Kweku Adoboli, un courtier britannique d’origine ghanéenne, comparaît le 30 janvier à Londres. Ce jeune homme de 31 ans est inculpé d’abus de position et de fraudes comptables pour avoir effectué des transactions frauduleuses au sein de la banque UBS.

Emprisonné depuis le mois de septembre, ce fils d’un employé ghanéen des Nations Unies, aurait fait perdre 1,5 milliard d’euros à l’établissement bancaire suisse.

Ces agissements auraient duré de 2008 jusqu’à son arrestation en 2011, lorsqu’il travaillait sur des produits financiers complexes. Selon The Guardian, le courtier est soupçonné d’avoir abusé de sa position à des fins d’enrichissement personnel.

Mais la banque suisse est aussi pointée du doigt. L’Hebdo affirme que «si le trader de 31 ans a pu berner ainsi son employeur, c’est que le contrôle des risques à UBS présentait des déficiences».

D’après le magazine suisse, la course aux profits lancée par le directeur général d’UBS à l’époque, Oswald Grübel, explique aussi ce dysfonctionnement. A la suite de cette affaire, le responsable de la banque a d’ailleurs démissionné.
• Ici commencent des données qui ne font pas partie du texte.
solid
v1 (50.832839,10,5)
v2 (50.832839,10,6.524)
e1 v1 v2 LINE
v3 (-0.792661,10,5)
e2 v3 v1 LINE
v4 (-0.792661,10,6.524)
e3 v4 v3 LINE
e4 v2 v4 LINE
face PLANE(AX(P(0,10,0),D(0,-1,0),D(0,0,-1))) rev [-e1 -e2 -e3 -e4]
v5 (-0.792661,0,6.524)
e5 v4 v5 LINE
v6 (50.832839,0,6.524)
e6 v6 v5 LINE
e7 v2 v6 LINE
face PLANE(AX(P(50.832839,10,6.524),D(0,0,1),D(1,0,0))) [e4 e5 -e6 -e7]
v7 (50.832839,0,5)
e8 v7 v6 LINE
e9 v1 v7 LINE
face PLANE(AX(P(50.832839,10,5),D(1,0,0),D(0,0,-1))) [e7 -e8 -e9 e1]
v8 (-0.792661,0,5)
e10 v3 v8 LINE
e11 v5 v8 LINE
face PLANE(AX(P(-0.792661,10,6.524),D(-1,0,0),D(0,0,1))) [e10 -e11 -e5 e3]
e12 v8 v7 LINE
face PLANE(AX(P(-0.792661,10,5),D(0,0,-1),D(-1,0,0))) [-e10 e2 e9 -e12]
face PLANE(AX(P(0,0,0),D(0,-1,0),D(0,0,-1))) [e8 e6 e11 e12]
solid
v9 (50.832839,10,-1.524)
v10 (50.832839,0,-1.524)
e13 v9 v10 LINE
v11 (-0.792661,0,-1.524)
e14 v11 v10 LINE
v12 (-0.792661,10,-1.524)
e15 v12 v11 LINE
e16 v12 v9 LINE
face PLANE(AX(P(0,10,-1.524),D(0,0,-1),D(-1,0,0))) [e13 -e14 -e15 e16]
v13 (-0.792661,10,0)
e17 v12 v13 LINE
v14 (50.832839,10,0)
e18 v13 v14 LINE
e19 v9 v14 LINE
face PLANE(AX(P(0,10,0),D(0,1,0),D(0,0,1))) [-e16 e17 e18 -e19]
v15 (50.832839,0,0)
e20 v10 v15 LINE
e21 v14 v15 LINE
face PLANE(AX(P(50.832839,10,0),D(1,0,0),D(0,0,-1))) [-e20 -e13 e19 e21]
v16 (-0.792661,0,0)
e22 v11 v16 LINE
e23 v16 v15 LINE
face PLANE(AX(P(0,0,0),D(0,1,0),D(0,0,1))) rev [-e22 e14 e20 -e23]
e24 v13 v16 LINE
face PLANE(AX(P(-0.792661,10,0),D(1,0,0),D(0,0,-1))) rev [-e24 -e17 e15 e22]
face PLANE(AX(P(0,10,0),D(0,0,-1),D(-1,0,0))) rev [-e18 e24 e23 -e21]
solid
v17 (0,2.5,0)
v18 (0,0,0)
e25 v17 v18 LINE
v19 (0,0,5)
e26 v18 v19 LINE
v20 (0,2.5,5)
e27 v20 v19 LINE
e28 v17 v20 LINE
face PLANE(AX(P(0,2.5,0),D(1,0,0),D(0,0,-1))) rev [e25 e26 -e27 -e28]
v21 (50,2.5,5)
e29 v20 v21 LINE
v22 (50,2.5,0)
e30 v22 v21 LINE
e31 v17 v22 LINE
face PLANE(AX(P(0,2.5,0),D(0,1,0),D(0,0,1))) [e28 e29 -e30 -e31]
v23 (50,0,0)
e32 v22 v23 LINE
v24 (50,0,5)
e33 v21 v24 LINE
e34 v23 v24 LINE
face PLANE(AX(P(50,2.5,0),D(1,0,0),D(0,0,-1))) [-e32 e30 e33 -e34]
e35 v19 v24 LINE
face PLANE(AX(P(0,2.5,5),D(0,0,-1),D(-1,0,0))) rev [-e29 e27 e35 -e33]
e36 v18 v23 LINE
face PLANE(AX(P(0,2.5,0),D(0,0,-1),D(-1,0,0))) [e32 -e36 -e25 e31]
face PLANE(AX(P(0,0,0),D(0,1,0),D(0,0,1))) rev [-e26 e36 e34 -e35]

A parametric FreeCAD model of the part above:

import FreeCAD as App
import Part
import Sketcher


def add_polygon(sketch, points):
    """Adds a closed chain of lines whose ends are joined by coincident constraints."""
    first, n = sketch.GeometryCount, len(points)
    for a, b in zip(points, points[1:] + points[:1]):
        sketch.addGeometry(Part.LineSegment(App.Vector(*a, 0), App.Vector(*b, 0)), False)
    for i in range(n):
        sketch.addConstraint(Sketcher.Constraint("Coincident", first + i, 2, first + (i + 1) % n, 1))

doc = App.newDocument("Part")
body = doc.addObject("PartDesign::Body", "Body")

# Sketch on XZ plane
sketch1 = doc.addObject("Sketcher::SketchObject", "Sketch")
body.addObject(sketch1)
sketch1.AttachmentSupport = (doc.XZ_Plane, [""])
sketch1.MapMode = "FlatFace"
add_polygon(sketch1, [(0, 0), (0, 5), (50, 5), (50, 0)])  # lines 0-3
sketch1.addConstraint([
    Sketcher.Constraint("Vertical", 0),
    Sketcher.Constraint("Horizontal", 1),
    Sketcher.Constraint("Vertical", 2),
    Sketcher.Constraint("Horizontal", 3),
    Sketcher.Constraint("Coincident", 3, 2, -1, 1),
    Sketcher.Constraint("DistanceX", 1, 1, 1, 2, 50.0),
    Sketcher.Constraint("DistanceY", 0, 1, 0, 2, 5.0),
])
pad1 = doc.addObject("PartDesign::Pad", "Pad")
body.addObject(pad1)
pad1.Profile = sketch1
pad1.Length = 2.5
pad1.Reversed = True
body2 = doc.addObject("PartDesign::Body", "Body001")

# Sketch on XZ plane
sketch2 = doc.addObject("Sketcher::SketchObject", "Sketch001")
body2.addObject(sketch2)
sketch2.AttachmentSupport = (doc.getObject("XZ_Plane001"), [""])
sketch2.MapMode = "FlatFace"
add_polygon(sketch2, [(-0.8, 0), (50.8, 0), (50.8, -1.5), (-0.8, -1.5)])  # lines 0-3
sketch2.addConstraint([
    Sketcher.Constraint("Horizontal", 0),
    Sketcher.Constraint("Vertical", 1),
    Sketcher.Constraint("Horizontal", 2),
    Sketcher.Constraint("Vertical", 3),
    Sketcher.Constraint("PointOnObject", 0, 2, -1),
    Sketcher.Constraint("DistanceY", 1, 2, 1, 1, 1.524),
    Sketcher.Constraint("DistanceX", 0, 1, 0, 2, 51.6255),
    Sketcher.Constraint("DistanceX", -1, 1, 0, 2, 50.832839),
])
pad2 = doc.addObject("PartDesign::Pad", "Pad001")
body2.addObject(pad2)
pad2.Profile = sketch2
pad2.Length = 10
pad2.Reversed = True
body3 = doc.addObject("PartDesign::Body", "Body002")

# Sketch on XZ plane
sketch3 = doc.addObject("Sketcher::SketchObject", "Sketch002")
body3.addObject(sketch3)
sketch3.AttachmentSupport = (doc.getObject("XZ_Plane002"), [""])
sketch3.MapMode = "FlatFace"
add_polygon(sketch3, [(-0.8, 5), (-0.8, 6.5), (50.8, 6.5), (50.8, 5)])  # lines 0-3
sketch3.addConstraint([
    Sketcher.Constraint("Vertical", 0),
    Sketcher.Constraint("Horizontal", 1),
    Sketcher.Constraint("Vertical", 2),
    Sketcher.Constraint("Horizontal", 3),
    Sketcher.Constraint("DistanceY", -1, 1, 2, 2, 5.0),
    Sketcher.Constraint("DistanceY", 0, 1, 0, 2, 1.524),
    Sketcher.Constraint("DistanceX", 1, 1, 1, 2, 51.6255),
    Sketcher.Constraint("DistanceX", 0, 2, -1, 1, 0.792661),
])
pad3 = doc.addObject("PartDesign::Pad", "Pad002")
body3.addObject(pad3)
pad3.Profile = sketch3
pad3.Length = 10
pad3.Reversed = True

doc.recompute()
«L’affaire Adoboli ne serait que la pointe de l’iceberg», conclut finalement l'Hebdo.

Le Wall Street Journal estime aussi que ce procès pourrait être très dommageable pour UBS. Toute la question réside dans le système de défense du jeune trader.

«S’il plaide non coupable, les débats vont se prolonger et pourraient être embarrassants pour la banque suisse, alors que s’il plaide coupable cela mettrait un terme rapidement à la publicité autour de cette affaire», estime le quotidien américain.

Le courtier, qui est toujours apparu devant la justice dans des costumes sur mesure, n'a pour l'instant pas annoncé ce qu'il allait plaider. Kweku Adoboli avait intégré UBS en 2002 comme stagiaire. Il risque aujourd'hui de sept à dix ans de prison s’il est reconnu coupable de fraude.

Son histoire fait écho à celle de Jérôme Kerviel. Ce trader français avait été condamné en 2010 à cinq ans de prison dont trois ans ferme pour faux, usage de faux, abus de confiance et introduction frauduleuse de données informatiques. Il avait fait perdre 4,9 milliards d’euros à la Société Générale.